- _WHAT IS REQUIRED_: Your answer must consist of exactly the lines below, starting with the line with "Rectangle(IZIM1_W, IZIM1_H)" and going on through the line with "A parametric FreeCAD", and nothing else.

Dataset entries:
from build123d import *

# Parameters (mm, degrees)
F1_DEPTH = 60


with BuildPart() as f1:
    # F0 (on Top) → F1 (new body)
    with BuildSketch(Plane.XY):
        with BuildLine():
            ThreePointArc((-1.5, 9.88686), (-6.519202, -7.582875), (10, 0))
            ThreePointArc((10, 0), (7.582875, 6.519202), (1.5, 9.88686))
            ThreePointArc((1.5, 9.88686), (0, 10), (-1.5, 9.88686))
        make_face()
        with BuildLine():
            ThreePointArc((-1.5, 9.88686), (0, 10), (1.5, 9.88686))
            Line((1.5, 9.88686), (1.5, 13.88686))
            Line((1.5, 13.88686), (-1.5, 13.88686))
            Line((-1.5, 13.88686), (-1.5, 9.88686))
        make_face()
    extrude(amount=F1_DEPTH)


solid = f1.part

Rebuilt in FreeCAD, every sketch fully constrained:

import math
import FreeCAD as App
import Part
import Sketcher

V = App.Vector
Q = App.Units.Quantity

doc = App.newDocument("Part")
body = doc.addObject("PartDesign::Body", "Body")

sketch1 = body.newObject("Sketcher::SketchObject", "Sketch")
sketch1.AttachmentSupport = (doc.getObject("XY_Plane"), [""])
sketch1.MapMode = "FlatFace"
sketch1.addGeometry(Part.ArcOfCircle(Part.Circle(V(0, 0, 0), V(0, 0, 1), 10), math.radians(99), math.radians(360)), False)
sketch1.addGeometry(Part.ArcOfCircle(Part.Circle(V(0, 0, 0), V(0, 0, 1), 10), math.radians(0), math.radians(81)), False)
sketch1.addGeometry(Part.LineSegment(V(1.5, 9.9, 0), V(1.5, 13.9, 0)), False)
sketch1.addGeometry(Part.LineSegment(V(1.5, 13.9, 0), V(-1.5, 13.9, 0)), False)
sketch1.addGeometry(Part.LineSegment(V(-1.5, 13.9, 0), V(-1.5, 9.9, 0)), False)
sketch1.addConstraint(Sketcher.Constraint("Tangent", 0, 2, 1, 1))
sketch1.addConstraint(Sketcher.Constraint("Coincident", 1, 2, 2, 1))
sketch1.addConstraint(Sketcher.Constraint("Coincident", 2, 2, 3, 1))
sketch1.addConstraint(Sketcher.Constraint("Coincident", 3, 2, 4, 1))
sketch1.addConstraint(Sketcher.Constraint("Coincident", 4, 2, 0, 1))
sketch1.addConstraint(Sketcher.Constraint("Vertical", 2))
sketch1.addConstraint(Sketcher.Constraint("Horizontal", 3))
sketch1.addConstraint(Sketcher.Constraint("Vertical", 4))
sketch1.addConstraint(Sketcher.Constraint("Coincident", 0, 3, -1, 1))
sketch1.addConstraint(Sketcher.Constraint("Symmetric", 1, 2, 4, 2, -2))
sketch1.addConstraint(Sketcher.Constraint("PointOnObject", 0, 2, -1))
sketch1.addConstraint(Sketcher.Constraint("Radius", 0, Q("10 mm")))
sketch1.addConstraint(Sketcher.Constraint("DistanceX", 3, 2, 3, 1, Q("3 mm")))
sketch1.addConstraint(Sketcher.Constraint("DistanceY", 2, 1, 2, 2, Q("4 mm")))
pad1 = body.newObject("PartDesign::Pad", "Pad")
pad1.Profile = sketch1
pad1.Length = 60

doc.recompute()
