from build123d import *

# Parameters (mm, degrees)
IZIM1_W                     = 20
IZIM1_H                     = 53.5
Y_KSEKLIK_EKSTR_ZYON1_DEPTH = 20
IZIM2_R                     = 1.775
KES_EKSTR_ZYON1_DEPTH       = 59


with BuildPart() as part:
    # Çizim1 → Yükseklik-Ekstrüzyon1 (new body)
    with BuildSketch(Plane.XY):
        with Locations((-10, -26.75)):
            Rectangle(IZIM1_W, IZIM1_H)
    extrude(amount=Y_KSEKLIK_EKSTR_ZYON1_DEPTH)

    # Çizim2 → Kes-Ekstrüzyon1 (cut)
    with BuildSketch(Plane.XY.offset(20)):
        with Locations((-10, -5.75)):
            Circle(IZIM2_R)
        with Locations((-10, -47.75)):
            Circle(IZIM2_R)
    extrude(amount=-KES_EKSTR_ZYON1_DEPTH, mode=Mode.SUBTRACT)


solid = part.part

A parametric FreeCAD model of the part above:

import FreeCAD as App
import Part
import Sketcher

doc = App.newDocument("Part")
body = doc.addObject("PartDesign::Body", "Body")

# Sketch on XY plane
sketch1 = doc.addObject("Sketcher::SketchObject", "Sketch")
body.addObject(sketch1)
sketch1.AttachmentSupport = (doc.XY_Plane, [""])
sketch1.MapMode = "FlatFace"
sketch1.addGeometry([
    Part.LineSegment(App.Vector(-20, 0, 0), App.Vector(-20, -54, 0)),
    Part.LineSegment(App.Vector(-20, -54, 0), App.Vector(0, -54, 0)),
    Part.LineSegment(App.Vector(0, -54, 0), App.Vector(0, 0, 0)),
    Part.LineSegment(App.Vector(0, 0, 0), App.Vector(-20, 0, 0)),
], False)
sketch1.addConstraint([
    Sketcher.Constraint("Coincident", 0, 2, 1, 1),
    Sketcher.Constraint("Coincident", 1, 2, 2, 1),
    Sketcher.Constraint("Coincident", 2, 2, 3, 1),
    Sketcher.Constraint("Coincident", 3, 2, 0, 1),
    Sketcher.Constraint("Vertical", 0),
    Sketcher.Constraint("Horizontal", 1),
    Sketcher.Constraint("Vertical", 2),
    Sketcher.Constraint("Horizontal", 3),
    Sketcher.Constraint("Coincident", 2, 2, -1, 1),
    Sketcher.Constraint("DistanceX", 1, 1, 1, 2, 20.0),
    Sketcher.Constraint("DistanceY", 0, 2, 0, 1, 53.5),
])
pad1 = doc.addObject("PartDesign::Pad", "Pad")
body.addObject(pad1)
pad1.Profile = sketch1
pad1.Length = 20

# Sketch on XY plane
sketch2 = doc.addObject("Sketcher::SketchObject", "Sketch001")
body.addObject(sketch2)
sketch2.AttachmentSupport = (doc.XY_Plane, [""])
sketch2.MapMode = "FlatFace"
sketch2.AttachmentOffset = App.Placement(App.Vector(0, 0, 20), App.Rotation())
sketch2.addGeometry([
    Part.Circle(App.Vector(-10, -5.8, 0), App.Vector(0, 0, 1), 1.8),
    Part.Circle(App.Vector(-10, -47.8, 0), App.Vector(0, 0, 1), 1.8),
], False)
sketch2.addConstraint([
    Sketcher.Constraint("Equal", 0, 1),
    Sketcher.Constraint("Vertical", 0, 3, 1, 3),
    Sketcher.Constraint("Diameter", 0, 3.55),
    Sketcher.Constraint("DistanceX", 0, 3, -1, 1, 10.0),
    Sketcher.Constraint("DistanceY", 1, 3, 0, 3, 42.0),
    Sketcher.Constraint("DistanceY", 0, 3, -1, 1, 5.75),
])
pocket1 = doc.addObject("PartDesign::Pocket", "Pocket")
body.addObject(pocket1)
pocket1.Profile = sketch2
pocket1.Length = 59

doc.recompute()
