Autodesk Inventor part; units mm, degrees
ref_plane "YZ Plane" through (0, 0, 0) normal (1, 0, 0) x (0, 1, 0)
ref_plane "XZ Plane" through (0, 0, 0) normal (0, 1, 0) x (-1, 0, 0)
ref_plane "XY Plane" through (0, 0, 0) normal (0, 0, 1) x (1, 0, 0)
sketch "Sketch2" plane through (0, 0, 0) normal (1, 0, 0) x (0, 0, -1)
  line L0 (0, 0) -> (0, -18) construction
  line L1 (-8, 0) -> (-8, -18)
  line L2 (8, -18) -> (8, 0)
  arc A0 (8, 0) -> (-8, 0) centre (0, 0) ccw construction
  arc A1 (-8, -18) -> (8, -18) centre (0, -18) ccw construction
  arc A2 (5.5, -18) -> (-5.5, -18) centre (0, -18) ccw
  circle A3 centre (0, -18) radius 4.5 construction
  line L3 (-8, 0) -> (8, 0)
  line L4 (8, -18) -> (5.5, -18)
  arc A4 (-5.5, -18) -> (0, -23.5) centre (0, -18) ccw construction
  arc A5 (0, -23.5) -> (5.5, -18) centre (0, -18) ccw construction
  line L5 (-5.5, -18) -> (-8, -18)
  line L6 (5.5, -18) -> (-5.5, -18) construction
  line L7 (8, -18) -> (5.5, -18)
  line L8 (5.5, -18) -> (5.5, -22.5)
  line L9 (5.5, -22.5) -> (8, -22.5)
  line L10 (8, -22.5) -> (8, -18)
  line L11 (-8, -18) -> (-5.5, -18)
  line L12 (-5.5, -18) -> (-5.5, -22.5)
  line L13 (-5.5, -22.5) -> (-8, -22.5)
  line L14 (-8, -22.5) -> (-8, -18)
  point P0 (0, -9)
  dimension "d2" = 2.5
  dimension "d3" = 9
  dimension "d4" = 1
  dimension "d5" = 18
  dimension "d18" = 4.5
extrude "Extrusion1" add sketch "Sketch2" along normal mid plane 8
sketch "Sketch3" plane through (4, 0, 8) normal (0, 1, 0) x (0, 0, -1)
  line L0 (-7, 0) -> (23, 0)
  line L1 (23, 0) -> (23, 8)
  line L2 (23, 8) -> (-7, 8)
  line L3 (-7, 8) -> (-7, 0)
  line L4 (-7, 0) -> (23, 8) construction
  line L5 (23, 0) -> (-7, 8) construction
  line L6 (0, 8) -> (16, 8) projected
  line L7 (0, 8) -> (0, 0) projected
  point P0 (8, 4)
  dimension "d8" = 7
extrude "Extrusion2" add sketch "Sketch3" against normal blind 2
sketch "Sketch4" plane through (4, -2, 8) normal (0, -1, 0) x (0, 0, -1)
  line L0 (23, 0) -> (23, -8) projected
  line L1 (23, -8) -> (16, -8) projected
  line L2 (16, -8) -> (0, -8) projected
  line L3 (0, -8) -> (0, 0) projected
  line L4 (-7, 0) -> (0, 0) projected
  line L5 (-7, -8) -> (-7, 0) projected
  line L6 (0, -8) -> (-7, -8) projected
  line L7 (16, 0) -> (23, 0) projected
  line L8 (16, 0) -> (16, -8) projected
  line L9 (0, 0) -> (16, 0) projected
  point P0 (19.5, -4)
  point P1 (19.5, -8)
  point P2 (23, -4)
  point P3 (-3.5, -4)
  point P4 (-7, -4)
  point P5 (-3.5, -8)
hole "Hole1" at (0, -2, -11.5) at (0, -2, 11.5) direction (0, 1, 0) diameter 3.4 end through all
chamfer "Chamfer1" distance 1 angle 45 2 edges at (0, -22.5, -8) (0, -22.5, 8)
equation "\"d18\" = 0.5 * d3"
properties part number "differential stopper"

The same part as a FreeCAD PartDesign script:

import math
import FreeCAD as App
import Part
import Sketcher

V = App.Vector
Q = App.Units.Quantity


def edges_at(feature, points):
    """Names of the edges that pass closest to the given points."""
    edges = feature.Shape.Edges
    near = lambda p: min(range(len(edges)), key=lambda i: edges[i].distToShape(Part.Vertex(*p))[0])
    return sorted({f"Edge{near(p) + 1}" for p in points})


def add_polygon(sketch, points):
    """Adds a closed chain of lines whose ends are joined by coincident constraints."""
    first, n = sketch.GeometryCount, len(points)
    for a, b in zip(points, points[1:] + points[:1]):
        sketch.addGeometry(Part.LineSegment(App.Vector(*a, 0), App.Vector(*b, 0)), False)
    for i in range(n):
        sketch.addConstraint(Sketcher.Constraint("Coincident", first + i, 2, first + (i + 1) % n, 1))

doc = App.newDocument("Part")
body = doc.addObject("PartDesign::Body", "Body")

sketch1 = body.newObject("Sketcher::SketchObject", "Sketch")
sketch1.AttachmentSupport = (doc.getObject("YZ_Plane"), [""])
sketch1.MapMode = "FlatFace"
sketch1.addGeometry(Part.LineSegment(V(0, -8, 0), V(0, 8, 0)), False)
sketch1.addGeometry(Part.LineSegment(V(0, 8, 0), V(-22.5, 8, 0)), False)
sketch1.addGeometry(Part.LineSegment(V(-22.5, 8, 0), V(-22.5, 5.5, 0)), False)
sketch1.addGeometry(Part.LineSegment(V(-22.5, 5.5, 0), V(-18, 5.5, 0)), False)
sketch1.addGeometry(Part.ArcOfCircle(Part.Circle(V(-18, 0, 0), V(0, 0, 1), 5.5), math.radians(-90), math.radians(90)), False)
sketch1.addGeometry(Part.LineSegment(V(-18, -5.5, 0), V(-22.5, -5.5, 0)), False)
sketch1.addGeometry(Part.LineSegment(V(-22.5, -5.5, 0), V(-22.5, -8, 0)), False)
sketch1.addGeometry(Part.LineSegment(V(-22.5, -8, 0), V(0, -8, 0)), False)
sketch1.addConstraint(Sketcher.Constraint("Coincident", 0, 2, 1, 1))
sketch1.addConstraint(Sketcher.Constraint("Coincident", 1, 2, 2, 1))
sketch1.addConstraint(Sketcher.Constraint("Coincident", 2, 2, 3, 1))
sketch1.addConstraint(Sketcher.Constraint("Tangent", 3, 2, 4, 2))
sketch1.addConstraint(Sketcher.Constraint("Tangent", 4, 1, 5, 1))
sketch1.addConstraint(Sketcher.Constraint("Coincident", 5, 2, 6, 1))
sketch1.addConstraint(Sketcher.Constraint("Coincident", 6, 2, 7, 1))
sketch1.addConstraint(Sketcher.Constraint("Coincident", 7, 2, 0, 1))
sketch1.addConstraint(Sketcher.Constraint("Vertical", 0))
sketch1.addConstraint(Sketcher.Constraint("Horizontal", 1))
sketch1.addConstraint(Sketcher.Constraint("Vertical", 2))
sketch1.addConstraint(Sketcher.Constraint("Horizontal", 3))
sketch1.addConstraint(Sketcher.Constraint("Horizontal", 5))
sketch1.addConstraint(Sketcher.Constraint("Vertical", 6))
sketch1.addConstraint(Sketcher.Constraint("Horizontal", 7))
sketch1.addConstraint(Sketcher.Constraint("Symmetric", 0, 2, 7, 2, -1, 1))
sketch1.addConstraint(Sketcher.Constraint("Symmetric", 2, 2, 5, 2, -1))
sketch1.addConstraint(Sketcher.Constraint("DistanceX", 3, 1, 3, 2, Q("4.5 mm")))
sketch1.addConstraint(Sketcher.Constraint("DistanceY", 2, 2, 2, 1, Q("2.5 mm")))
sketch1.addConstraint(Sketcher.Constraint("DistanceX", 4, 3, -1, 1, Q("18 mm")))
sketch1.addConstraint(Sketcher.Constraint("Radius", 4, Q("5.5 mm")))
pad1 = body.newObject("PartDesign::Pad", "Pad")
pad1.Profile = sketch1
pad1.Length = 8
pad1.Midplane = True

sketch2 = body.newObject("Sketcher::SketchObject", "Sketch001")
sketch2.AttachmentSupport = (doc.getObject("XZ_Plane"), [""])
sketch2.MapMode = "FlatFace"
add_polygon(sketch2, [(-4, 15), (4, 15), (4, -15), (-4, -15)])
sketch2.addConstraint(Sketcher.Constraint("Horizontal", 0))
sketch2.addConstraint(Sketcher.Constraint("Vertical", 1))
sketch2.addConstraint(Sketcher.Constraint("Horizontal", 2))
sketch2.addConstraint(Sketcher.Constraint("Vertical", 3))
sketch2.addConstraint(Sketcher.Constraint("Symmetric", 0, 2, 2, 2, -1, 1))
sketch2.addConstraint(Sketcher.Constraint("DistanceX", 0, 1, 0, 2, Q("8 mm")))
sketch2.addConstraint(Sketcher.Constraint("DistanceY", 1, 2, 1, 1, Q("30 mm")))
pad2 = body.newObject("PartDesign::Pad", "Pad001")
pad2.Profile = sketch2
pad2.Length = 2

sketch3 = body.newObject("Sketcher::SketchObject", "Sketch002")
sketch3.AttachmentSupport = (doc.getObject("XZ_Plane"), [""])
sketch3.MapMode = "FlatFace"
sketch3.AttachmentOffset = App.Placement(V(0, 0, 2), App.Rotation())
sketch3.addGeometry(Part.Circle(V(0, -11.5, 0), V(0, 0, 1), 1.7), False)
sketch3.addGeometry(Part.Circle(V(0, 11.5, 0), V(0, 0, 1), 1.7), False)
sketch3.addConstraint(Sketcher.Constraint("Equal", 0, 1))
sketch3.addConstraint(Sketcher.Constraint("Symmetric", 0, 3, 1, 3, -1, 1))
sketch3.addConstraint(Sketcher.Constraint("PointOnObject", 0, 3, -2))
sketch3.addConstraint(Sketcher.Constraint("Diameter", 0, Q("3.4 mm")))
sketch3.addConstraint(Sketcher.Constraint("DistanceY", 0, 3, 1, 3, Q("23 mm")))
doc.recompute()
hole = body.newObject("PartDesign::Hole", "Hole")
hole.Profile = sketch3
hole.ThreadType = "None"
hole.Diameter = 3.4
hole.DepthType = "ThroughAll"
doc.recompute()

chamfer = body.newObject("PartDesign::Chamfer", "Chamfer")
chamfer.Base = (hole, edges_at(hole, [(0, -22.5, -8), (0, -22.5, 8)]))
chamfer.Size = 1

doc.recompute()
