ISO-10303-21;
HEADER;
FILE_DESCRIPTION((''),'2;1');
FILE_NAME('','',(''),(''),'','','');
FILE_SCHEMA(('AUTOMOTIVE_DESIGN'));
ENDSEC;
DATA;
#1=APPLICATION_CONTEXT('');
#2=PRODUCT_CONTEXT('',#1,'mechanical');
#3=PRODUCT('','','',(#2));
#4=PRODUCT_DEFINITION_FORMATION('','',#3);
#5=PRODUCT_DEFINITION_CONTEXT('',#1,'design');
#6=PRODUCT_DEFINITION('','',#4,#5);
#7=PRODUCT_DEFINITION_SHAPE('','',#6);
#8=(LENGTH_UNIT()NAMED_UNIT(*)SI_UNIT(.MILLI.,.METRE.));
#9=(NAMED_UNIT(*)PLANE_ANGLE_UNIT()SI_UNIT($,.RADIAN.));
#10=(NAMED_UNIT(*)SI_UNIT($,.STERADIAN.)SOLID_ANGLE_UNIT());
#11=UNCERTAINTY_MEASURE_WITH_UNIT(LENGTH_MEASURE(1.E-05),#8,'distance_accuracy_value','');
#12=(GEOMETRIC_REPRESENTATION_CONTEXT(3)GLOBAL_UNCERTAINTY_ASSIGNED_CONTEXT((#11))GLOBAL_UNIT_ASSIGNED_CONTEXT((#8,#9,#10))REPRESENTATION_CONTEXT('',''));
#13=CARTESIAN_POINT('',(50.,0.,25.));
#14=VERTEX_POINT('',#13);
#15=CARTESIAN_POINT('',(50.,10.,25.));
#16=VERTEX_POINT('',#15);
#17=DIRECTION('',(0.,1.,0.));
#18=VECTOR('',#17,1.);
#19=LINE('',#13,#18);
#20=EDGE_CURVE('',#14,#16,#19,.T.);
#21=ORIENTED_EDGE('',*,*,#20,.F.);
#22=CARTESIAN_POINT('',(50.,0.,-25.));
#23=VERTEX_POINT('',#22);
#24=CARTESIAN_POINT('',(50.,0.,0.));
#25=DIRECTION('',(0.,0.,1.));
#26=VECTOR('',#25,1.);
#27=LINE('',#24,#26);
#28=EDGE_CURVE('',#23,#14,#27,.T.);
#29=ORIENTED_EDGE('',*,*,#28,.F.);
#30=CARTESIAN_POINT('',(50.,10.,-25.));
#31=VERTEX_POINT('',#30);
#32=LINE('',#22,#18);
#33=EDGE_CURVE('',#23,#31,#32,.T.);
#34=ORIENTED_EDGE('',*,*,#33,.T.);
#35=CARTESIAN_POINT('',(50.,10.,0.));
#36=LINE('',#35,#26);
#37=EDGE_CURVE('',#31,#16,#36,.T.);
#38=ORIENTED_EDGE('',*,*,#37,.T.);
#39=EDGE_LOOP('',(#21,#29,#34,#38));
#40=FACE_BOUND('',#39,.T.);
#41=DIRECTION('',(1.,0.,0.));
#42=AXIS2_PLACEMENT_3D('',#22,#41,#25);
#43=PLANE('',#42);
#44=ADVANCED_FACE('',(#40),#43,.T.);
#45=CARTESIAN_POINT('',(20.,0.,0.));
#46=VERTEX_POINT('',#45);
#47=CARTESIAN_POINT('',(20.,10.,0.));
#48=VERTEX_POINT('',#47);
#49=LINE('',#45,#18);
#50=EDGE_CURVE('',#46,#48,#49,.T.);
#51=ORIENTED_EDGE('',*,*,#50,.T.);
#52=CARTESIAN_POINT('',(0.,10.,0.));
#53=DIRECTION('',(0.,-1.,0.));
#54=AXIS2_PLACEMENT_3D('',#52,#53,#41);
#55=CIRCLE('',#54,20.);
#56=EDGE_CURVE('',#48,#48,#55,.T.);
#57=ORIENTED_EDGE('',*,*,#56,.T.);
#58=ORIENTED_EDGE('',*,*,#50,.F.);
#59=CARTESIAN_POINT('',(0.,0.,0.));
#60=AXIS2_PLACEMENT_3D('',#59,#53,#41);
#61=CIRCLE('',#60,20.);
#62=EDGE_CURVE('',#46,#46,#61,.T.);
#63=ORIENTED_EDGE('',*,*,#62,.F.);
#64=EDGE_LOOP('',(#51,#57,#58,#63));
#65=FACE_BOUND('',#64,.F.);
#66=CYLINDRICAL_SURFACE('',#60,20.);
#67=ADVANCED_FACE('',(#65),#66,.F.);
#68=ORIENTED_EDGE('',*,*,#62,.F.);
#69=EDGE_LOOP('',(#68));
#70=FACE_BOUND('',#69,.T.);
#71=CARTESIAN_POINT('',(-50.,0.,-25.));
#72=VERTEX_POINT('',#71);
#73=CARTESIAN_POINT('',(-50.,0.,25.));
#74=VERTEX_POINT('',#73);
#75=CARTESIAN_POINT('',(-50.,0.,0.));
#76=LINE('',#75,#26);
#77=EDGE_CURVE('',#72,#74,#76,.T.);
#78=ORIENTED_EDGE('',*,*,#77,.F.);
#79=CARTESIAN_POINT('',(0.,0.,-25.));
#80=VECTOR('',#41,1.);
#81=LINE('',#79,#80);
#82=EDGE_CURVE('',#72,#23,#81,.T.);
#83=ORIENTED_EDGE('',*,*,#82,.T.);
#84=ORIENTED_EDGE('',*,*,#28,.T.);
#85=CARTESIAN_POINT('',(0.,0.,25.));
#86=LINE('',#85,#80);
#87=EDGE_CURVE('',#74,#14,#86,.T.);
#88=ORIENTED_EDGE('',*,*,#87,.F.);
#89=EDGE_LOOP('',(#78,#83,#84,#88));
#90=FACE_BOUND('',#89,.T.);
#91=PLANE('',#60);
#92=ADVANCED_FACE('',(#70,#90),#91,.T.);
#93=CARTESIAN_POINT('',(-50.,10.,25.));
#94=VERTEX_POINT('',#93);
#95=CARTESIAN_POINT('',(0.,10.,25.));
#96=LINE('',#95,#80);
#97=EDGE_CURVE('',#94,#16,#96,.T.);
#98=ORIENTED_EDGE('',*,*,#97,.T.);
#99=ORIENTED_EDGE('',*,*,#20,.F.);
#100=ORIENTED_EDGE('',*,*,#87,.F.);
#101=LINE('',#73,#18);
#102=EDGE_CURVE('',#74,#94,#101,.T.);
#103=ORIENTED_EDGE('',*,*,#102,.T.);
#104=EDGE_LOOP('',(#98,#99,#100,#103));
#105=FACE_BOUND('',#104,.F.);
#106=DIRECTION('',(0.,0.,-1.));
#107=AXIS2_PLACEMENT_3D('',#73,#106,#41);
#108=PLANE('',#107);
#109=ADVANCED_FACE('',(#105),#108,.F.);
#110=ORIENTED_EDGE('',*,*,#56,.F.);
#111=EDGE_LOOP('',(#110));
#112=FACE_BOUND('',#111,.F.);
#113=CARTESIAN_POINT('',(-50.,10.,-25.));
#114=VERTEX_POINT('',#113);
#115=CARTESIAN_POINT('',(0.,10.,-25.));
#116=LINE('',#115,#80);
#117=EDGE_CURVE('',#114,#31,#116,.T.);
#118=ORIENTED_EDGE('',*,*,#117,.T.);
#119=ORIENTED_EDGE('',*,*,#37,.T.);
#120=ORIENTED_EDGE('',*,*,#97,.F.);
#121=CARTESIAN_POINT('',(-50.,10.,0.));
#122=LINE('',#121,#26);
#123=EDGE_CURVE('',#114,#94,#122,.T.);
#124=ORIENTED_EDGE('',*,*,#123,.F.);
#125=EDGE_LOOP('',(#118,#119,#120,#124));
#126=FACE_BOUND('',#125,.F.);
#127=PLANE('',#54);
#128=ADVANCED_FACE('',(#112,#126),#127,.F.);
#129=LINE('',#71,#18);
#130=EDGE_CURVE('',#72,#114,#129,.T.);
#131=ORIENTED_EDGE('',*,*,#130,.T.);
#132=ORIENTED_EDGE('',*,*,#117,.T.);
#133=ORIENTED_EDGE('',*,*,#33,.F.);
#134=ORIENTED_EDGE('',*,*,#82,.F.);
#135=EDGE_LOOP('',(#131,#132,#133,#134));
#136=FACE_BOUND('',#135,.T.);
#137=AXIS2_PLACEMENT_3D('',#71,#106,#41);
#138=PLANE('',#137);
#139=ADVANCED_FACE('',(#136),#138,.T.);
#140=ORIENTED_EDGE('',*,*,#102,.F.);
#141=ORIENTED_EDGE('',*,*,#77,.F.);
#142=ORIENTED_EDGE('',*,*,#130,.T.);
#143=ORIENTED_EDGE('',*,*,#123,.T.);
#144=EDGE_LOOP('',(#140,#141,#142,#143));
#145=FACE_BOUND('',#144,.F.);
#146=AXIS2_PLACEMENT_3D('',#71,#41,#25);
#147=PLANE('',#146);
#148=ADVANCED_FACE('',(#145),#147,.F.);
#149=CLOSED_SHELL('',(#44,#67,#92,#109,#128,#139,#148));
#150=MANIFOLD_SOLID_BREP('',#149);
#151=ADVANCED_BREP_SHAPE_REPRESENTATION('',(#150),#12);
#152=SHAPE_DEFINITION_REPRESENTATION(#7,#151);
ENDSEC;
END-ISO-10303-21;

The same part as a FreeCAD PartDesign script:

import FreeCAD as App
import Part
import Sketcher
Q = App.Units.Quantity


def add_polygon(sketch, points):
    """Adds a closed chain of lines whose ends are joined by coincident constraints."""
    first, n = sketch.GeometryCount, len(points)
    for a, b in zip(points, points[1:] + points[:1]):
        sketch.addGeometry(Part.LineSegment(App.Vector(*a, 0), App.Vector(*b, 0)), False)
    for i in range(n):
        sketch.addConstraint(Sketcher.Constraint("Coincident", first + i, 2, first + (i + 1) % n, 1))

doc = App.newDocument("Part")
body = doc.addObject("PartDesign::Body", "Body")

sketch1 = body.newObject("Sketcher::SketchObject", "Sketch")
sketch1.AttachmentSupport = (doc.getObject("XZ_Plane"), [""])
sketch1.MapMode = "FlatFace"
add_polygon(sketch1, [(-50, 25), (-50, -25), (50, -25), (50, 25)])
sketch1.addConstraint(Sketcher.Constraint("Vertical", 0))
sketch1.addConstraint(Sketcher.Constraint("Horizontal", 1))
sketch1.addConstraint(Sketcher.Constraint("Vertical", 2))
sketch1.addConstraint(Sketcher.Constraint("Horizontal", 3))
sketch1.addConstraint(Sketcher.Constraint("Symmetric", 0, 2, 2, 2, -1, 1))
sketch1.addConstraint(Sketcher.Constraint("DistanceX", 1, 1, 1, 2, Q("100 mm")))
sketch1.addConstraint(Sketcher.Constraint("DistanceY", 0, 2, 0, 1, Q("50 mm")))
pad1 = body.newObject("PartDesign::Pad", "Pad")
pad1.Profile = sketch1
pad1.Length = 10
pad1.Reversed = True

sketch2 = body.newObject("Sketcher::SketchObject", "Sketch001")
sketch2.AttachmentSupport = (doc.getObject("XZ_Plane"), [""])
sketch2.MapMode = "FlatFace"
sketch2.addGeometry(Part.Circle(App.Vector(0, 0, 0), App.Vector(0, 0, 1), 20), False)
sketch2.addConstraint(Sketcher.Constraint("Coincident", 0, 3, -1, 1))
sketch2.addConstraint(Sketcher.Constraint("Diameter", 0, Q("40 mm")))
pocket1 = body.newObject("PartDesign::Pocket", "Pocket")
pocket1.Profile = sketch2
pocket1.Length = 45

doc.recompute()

- _ANSWER BOX_:
            Rectangle(IZIM1_W, IZIM1_H)
    extrude(amount=Y_KSEKLIK_EKSTR_ZYON1_DEPTH)

    # Çizim2 → Kes-Ekstrüzyon1 (cut)
    with BuildSketch(Plane.XY.offset(20)):
        with Locations((-10, -5.75)):
            Circle(IZIM2_R)
        with Locations((-10, -47.75)):
            Circle(IZIM2_R)
    extrude(amount=-KES_EKSTR_ZYON1_DEPTH, mode=Mode.SUBTRACT)


solid = part.part

A parametric FreeCAD model of the part above:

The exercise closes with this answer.